Learn how to assess whether your investments in online advertising and advertising are paying off. One of the main advantages of digital marketing is the fact that practically anything can be subjected to metrics. However, information overload can also be a problem if managers are not sure what their goals are.
For this reason, more important than knowing how to measure the impact of marketing campaigns is to understand, first, which KPIs should be taken into account. A campaign can be successful in terms of engagement and, at the same time, fail in terms of conversion.
It will all depend, of course, on the goals that your company and your digital marketing team have previously set. Understanding how to get to that level of objectivity is what we’re going to learn in this article.
Find out what metrics impact the business
First of all, it is necessary to understand the objectives of the action in question and, only then, decide which metrics will be used. A campaign that aims to increase the number of views on a page, for example, can be successful without necessarily increasing conversion rates.
In this case, these are different goals and require different strategies. Likewise, the way of analyzing whether the performance was good or bad will also change. In other words, don’t just get hung up on metrics to make decisions, depending on your goal, you might be looking at the wrong KPI.
Impact matrices are an important tool for understanding the relationship between investments and results. Some actions will have no short-term impact and may initially appear to have failed. It is only when they are evaluated with the correct deadline that it is possible to say whether the result in question is positive or negative.
In short: the amount of information available does not in itself guarantee a more accurate analysis. In many cases, it is common to see companies looking at metrics that in practice have little impact on a particular type of action. Remember, therefore, that it is based on the objectives that it is possible to indicate which are the most appropriate metrics.
How to measure correctly?
Should all data obtained be taken into account at all times? The answer is no”. When measuring the behaviour of users of a website, we take into account frequent and infrequent visitors. Not everyone is there for the same purpose, and some certainly don’t even know why they fell there.

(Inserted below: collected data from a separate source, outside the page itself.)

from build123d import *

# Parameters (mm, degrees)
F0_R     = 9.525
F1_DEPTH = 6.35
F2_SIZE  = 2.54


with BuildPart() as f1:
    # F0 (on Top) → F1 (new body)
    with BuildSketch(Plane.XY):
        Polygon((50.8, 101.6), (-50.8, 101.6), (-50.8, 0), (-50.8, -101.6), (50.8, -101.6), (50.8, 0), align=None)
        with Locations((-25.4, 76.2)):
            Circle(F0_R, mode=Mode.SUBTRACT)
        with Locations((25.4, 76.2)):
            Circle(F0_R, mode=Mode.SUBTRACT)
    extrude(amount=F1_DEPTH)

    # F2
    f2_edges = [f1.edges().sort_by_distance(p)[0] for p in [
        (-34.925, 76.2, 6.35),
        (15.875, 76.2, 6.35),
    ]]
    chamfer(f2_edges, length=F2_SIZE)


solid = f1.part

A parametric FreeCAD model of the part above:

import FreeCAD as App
import Part
import Sketcher
from FreeCAD import Vector
Q = App.Units.Quantity


def edges_at(feature, points):
    """Names of the edges that pass closest to the given points."""
    edges = feature.Shape.Edges
    near = lambda p: min(range(len(edges)), key=lambda i: edges[i].distToShape(Part.Vertex(*p))[0])
    return sorted({f"Edge{near(p) + 1}" for p in points})

doc = App.newDocument("Part")
body = doc.addObject("PartDesign::Body", "Body")

# Sketch on XY plane
sketch1 = body.newObject("Sketcher::SketchObject", "Sketch")
sketch1.AttachmentSupport = (doc.getObject("XY_Plane"), [""])
sketch1.MapMode = "FlatFace"
sketch1.addGeometry([
    Part.LineSegment(Vector(50.8, 101.6, 0), Vector(-50.8, 101.6, 0)),  # 0
    Part.LineSegment(Vector(-50.8, 101.6, 0), Vector(-50.8, -101.6, 0)),  # 1
    Part.LineSegment(Vector(-50.8, -101.6, 0), Vector(50.8, -101.6, 0)),  # 2
    Part.LineSegment(Vector(50.8, -101.6, 0), Vector(50.8, 101.6, 0)),  # 3
    Part.Circle(Vector(-25.4, 76.2, 0), Vector(0, 0, 1), 9.525),  # 4
    Part.Circle(Vector(25.4, 76.2, 0), Vector(0, 0, 1), 9.525),  # 5
], False)
sketch1.addConstraint([
    Sketcher.Constraint("Coincident", 0, 2, 1, 1),
    Sketcher.Constraint("Coincident", 1, 2, 2, 1),
    Sketcher.Constraint("Coincident", 2, 2, 3, 1),
    Sketcher.Constraint("Coincident", 3, 2, 0, 1),
    Sketcher.Constraint("Horizontal", 0),
    Sketcher.Constraint("Vertical", 1),
    Sketcher.Constraint("Horizontal", 2),
    Sketcher.Constraint("Vertical", 3),
    Sketcher.Constraint("Equal", 4, 5),
    Sketcher.Constraint("Symmetric", 0, 2, 2, 2, -1, 1),
    Sketcher.Constraint("Symmetric", 4, 3, 5, 3, -2),
    Sketcher.Constraint("Diameter", 4, Q("0.75 in")),
    Sketcher.Constraint("DistanceX", 0, 2, 0, 1, Q("4 in")),
    Sketcher.Constraint("DistanceY", 1, 2, 1, 1, Q("8 in")),
    Sketcher.Constraint("DistanceX", 4, 3, -1, 1, Q("1 in")),
    Sketcher.Constraint("DistanceY", -1, 1, 4, 3, Q("3 in")),
])
pad1 = body.newObject("PartDesign::Pad", "Pad")
pad1.Profile = sketch1
pad1.Length = Q("0.25 in")
doc.recompute()

chamfer = body.newObject("PartDesign::Chamfer", "Chamfer")
chamfer.Base = (pad1, edges_at(pad1, [(-34.925, 76.2, 6.35), (15.875, 76.2, 6.35)]))
chamfer.Size = Q("0.1 in")

doc.recompute()
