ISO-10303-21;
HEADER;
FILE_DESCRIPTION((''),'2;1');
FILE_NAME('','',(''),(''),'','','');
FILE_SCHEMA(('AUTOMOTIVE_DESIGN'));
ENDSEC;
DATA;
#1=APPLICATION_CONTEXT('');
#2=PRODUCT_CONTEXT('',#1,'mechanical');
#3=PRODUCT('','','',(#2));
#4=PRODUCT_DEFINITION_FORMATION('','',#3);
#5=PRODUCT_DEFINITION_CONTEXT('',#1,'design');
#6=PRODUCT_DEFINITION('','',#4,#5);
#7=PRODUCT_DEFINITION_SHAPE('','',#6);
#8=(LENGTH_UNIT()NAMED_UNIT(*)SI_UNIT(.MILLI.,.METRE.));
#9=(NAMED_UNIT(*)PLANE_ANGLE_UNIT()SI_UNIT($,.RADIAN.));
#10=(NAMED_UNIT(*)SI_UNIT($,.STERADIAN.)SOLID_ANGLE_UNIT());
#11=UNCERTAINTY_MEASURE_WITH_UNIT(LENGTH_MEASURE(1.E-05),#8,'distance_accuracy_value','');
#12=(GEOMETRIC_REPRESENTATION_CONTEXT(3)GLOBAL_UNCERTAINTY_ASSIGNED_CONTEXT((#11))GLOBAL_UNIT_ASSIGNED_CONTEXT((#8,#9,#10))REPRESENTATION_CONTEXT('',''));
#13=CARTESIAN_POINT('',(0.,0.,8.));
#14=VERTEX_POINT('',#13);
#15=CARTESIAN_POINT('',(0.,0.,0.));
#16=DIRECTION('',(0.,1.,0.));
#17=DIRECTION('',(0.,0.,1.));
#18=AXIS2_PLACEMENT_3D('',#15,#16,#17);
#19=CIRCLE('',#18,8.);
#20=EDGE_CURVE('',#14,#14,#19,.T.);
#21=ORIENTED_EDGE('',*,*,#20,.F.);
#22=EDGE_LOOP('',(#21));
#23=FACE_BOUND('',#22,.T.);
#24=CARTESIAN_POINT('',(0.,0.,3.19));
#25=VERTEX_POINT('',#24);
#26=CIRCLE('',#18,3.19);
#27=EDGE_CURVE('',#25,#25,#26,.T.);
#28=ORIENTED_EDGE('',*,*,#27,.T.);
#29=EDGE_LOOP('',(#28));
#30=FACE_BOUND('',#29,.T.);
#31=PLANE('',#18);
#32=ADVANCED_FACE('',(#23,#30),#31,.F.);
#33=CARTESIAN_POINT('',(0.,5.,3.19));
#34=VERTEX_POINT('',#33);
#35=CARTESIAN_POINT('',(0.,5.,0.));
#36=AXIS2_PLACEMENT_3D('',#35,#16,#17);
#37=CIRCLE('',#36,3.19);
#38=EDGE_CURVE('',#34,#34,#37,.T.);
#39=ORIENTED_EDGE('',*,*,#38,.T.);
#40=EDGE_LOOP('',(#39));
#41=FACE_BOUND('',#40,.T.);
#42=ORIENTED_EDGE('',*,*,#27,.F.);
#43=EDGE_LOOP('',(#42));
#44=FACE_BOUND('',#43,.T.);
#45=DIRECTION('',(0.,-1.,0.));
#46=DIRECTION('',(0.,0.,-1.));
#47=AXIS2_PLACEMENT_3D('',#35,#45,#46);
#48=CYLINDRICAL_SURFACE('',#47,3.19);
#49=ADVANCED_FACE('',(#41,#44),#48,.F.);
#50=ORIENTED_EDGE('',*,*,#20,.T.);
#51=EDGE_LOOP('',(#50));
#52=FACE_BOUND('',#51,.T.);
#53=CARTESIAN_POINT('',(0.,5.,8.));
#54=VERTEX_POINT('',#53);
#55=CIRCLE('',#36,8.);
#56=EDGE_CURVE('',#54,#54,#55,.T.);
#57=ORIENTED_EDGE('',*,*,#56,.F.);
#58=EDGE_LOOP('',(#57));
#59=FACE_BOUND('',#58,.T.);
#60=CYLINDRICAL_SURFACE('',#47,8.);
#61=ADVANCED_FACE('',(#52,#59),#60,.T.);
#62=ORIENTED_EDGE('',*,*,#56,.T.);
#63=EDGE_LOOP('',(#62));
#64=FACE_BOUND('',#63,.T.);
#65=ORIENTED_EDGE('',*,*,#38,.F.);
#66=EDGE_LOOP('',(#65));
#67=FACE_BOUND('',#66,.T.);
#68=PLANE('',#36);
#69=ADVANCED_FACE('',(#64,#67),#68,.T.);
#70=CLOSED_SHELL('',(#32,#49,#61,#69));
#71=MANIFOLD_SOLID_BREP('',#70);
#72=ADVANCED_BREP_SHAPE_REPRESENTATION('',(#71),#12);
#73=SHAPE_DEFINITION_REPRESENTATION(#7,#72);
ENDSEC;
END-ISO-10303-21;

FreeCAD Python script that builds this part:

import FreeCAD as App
import Part
import Sketcher

V = App.Vector
Q = App.Units.Quantity

doc = App.newDocument("Part")
body = doc.addObject("PartDesign::Body", "Body")

# Sketch on XZ plane
sketch1 = body.newObject("Sketcher::SketchObject", "Sketch")
sketch1.AttachmentSupport = (doc.getObject("XZ_Plane"), [""])
sketch1.MapMode = "FlatFace"
sketch1.addGeometry(Part.Circle(V(0, 0, 0), V(0, 0, 1), 8), False)
sketch1.addConstraint(Sketcher.Constraint("Coincident", 0, 3, -1, 1))
sketch1.addConstraint(Sketcher.Constraint("Diameter", 0, Q("16 mm")))
pad1 = body.newObject("PartDesign::Pad", "Pad")
pad1.Profile = sketch1
pad1.Length = 5
pad1.Reversed = True

# Sketch on XZ plane
sketch2 = body.newObject("Sketcher::SketchObject", "Sketch001")
sketch2.AttachmentSupport = (doc.getObject("XZ_Plane"), [""])
sketch2.MapMode = "FlatFace"
sketch2.addGeometry(Part.Circle(V(0, 0, 0), V(0, 0, 1), 3.2), False)
sketch2.addConstraint(Sketcher.Constraint("Coincident", 0, 3, -1, 1))
sketch2.addConstraint(Sketcher.Constraint("Diameter", 0, Q("6.38 mm")))
pocket1 = body.newObject("PartDesign::Pocket", "Pocket")
pocket1.Profile = sketch2
pocket1.Length = 5

doc.recompute()
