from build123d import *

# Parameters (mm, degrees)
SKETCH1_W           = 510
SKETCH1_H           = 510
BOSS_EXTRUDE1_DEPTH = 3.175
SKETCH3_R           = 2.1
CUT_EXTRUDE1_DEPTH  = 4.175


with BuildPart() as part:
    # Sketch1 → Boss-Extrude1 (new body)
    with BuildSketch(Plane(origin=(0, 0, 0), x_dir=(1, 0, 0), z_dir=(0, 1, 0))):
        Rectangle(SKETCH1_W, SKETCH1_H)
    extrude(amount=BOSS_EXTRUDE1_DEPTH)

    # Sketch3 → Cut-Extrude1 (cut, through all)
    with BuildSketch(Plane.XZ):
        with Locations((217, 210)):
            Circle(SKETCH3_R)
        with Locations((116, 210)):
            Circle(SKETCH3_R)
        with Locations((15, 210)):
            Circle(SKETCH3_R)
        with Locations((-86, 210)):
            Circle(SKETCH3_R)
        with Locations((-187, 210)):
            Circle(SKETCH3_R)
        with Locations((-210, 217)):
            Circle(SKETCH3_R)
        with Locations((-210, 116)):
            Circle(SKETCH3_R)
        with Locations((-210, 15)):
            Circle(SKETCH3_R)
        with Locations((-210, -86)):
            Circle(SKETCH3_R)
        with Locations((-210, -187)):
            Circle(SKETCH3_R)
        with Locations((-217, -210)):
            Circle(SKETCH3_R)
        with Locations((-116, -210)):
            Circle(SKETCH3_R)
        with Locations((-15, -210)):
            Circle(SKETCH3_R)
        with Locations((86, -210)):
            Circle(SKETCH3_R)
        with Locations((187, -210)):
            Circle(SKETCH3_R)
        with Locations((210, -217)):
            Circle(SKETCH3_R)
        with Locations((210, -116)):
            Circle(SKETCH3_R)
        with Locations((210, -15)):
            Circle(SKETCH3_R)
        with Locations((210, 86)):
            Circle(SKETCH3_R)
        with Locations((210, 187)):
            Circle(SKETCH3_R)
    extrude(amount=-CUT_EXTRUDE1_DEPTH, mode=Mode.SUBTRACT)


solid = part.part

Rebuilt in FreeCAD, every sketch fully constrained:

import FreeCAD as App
import Part
import Sketcher
from FreeCAD import Vector


def add_polygon(sketch, points):
    """Adds a closed chain of lines whose ends are joined by coincident constraints."""
    first, n = sketch.GeometryCount, len(points)
    for a, b in zip(points, points[1:] + points[:1]):
        sketch.addGeometry(Part.LineSegment(App.Vector(*a, 0), App.Vector(*b, 0)), False)
    for i in range(n):
        sketch.addConstraint(Sketcher.Constraint("Coincident", first + i, 2, first + (i + 1) % n, 1))

doc = App.newDocument("Part")
body = doc.addObject("PartDesign::Body", "Body")

# Sketch on XZ plane
sketch1 = body.newObject("Sketcher::SketchObject", "Sketch")
sketch1.AttachmentSupport = (doc.getObject("XZ_Plane"), [""])
sketch1.MapMode = "FlatFace"
add_polygon(sketch1, [(-255, -255), (-255, 255), (255, 255), (255, -255)])  # lines 0-3
sketch1.addConstraint([
    Sketcher.Constraint("Vertical", 0),
    Sketcher.Constraint("Horizontal", 1),
    Sketcher.Constraint("Vertical", 2),
    Sketcher.Constraint("Horizontal", 3),
    Sketcher.Constraint("Symmetric", 0, 2, 2, 2, -1, 1),
    Sketcher.Constraint("Equal", 3, 0),
    Sketcher.Constraint("DistanceX", 1, 1, 1, 2, 510.0),
])
pad1 = body.newObject("PartDesign::Pad", "Pad")
pad1.Profile = sketch1
pad1.Length = 3.175
pad1.Reversed = True

# Sketch on XZ plane
sketch2 = body.newObject("Sketcher::SketchObject", "Sketch001")
sketch2.AttachmentSupport = (doc.getObject("XZ_Plane"), [""])
sketch2.MapMode = "FlatFace"
sketch2.addGeometry([
    Part.Circle(Vector(217, 210, 0), Vector(0, 0, 1), 2.1),  # 0
    Part.Circle(Vector(116, 210, 0), Vector(0, 0, 1), 2.1),  # 1
    Part.Circle(Vector(15, 210, 0), Vector(0, 0, 1), 2.1),  # 2
    Part.Circle(Vector(-86, 210, 0), Vector(0, 0, 1), 2.1),  # 3
    Part.Circle(Vector(-187, 210, 0), Vector(0, 0, 1), 2.1),  # 4
    Part.Circle(Vector(-210, 217, 0), Vector(0, 0, 1), 2.1),  # 5
    Part.Circle(Vector(-210, 116, 0), Vector(0, 0, 1), 2.1),  # 6
    Part.Circle(Vector(-210, 15, 0), Vector(0, 0, 1), 2.1),  # 7
    Part.Circle(Vector(-210, -86, 0), Vector(0, 0, 1), 2.1),  # 8
    Part.Circle(Vector(-210, -187, 0), Vector(0, 0, 1), 2.1),  # 9
    Part.Circle(Vector(-217, -210, 0), Vector(0, 0, 1), 2.1),  # 10
    Part.Circle(Vector(-116, -210, 0), Vector(0, 0, 1), 2.1),  # 11
    Part.Circle(Vector(-15, -210, 0), Vector(0, 0, 1), 2.1),  # 12
    Part.Circle(Vector(86, -210, 0), Vector(0, 0, 1), 2.1),  # 13
    Part.Circle(Vector(187, -210, 0), Vector(0, 0, 1), 2.1),  # 14
    Part.Circle(Vector(210, -217, 0), Vector(0, 0, 1), 2.1),  # 15
    Part.Circle(Vector(210, -116, 0), Vector(0, 0, 1), 2.1),  # 16
    Part.Circle(Vector(210, -15, 0), Vector(0, 0, 1), 2.1),  # 17
    Part.Circle(Vector(210, 86, 0), Vector(0, 0, 1), 2.1),  # 18
    Part.Circle(Vector(210, 187, 0), Vector(0, 0, 1), 2.1),  # 19
], False)
sketch2.addConstraint([
    Sketcher.Constraint("Equal", 0, 1),
    Sketcher.Constraint("Equal", 1, 2),
    Sketcher.Constraint("Equal", 2, 3),
    Sketcher.Constraint("Equal", 3, 4),
    Sketcher.Constraint("Equal", 4, 5),
    Sketcher.Constraint("Equal", 5, 6),
    Sketcher.Constraint("Equal", 6, 7),
    Sketcher.Constraint("Equal", 7, 8),
    Sketcher.Constraint("Equal", 8, 9),
    Sketcher.Constraint("Equal", 9, 10),
    Sketcher.Constraint("Equal", 10, 11),
    Sketcher.Constraint("Equal", 11, 12),
    Sketcher.Constraint("Equal", 12, 13),
    Sketcher.Constraint("Equal", 13, 14),
    Sketcher.Constraint("Equal", 14, 15),
    Sketcher.Constraint("Equal", 15, 16),
    Sketcher.Constraint("Equal", 16, 17),
    Sketcher.Constraint("Equal", 17, 18),
    Sketcher.Constraint("Equal", 18, 19),
    Sketcher.Constraint("Symmetric", 0, 3, 10, 3, -1, 1),
    Sketcher.Constraint("Symmetric", 1, 3, 11, 3, -1, 1),
    Sketcher.Constraint("Symmetric", 2, 3, 12, 3, -1, 1),
    Sketcher.Constraint("Symmetric", 3, 3, 13, 3, -1, 1),
    Sketcher.Constraint("Symmetric", 4, 3, 14, 3, -1, 1),
    Sketcher.Constraint("Symmetric", 5, 3, 15, 3, -1, 1),
    Sketcher.Constraint("Symmetric", 6, 3, 16, 3, -1, 1),
    Sketcher.Constraint("Symmetric", 7, 3, 17, 3, -1, 1),
    Sketcher.Constraint("Symmetric", 8, 3, 18, 3, -1, 1),
    Sketcher.Constraint("Symmetric", 9, 3, 19, 3, -1, 1),
    Sketcher.Constraint("Horizontal", 0, 3, 1, 3),
    Sketcher.Constraint("Horizontal", 1, 3, 2, 3),
    Sketcher.Constraint("Horizontal", 2, 3, 3, 3),
    Sketcher.Constraint("Horizontal", 3, 3, 4, 3),
    Sketcher.Constraint("Vertical", 5, 3, 6, 3),
    Sketcher.Constraint("Vertical", 6, 3, 7, 3),
    Sketcher.Constraint("Vertical", 7, 3, 8, 3),
    Sketcher.Constraint("Vertical", 8, 3, 9, 3),
    Sketcher.Constraint("Diameter", 0, 4.2),
    Sketcher.Constraint("DistanceX", -1, 1, 0, 3, 217.0),
    Sketcher.Constraint("DistanceY", -1, 1, 0, 3, 210.0),
    Sketcher.Constraint("DistanceX", -1, 1, 1, 3, 116.0),
    Sketcher.Constraint("DistanceX", -1, 1, 2, 3, 15.0),
    Sketcher.Constraint("DistanceX", 3, 3, -1, 1, 86.0),
    Sketcher.Constraint("DistanceX", 4, 3, -1, 1, 187.0),
    Sketcher.Constraint("DistanceX", 5, 3, -1, 1, 210.0),
    Sketcher.Constraint("DistanceY", -1, 1, 5, 3, 217.0),
    Sketcher.Constraint("DistanceY", -1, 1, 6, 3, 116.0),
    Sketcher.Constraint("DistanceY", -1, 1, 7, 3, 15.0),
    Sketcher.Constraint("DistanceY", 8, 3, -1, 1, 86.0),
    Sketcher.Constraint("DistanceY", 9, 3, -1, 1, 187.0),
])
pocket1 = body.newObject("PartDesign::Pocket", "Pocket")
pocket1.Profile = sketch2
pocket1.Type = "ThroughAll"

doc.recompute()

Understanding the different behaviours and understanding that not all your visitors will be your customers is critical. Many companies attract customers with discount coupons and promotions, hoping to retain them. However, some of them are not interested in this. They want the discount, pure and simple, and there is no harm in that.
The key point is to understand that there are margins of error to consider. According to the Paretto Principle, 80% of a company’s revenue comes from 20% of its customers. This means that identifying which customers belong to this minority and offering them loyalty actions will certainly bring better results than offering the same for everyone.
By deepening your understanding of customers, you can avoid wasting energy with consumers who are on your page just passing through – for a variety of reasons. That doesn’t mean they aren’t welcome or not important. On the contrary, you need them in your business too.
The focus here is to understand which strategy works best for each audience, according to the stage of the consumer journey they are on. Measuring behaviour is the best way to identify where your customers are heading.
Understand the meaning of metrics and take tests
To choose the most appropriate metrics for each situation, it is necessary to understand what they are for. For example, measuring the number of page views on a website is to see how many times the content has accessed.
An increase in page views is great news if your main goal is to increase your audience. However, if the idea is to increase the number of users who click to sign up for a newsletter, only the number of page views increasing is of little relevance.
You will need to take into account the amount invested so that the page views would increase and also whether or not there was an increase in the conversion rate. By crossing these data, you will have the following answers:
- Does increasing page views result in increased conversion?
- Does the amount invested in this action justify the increase in conversion obtained?
- If I took other actions with this invested amount, could my company get higher conversion rates?
The answers will not always be positive. In some cases, the strategy will need to revise. In others, increasing investments may improve results even more. Each case should analyze separately, but the lesson you should take from this is: metrics are a means to an end, not the end itself. Increasing numbers on certain metrics don’t mean the company is closer to its goals.
A good digital marketing campaign takes into account multiple factors. From the definition of objectives. It is determine which strategies will adapt and, as a consequence, which metrics will use to evaluate the results.
Elisa Goldstein is an experienced writer at financemag7.com, where she’s credited with more than 200 articles covering everything from entrepreneurial stories to mental health at work.
She also oversees the Comment&Questions, which poses important admission questions to experts in the field, and regularly hosts webinars on various aspects of the business school experience.
Prior to joining financemag7.com, Elisa honed her skills as a freelance writer, tackling a wide array of topics from petcare to car maintenance.
Elisa holds a Master’s degree in Business Administration from the University of Sydney, Australia.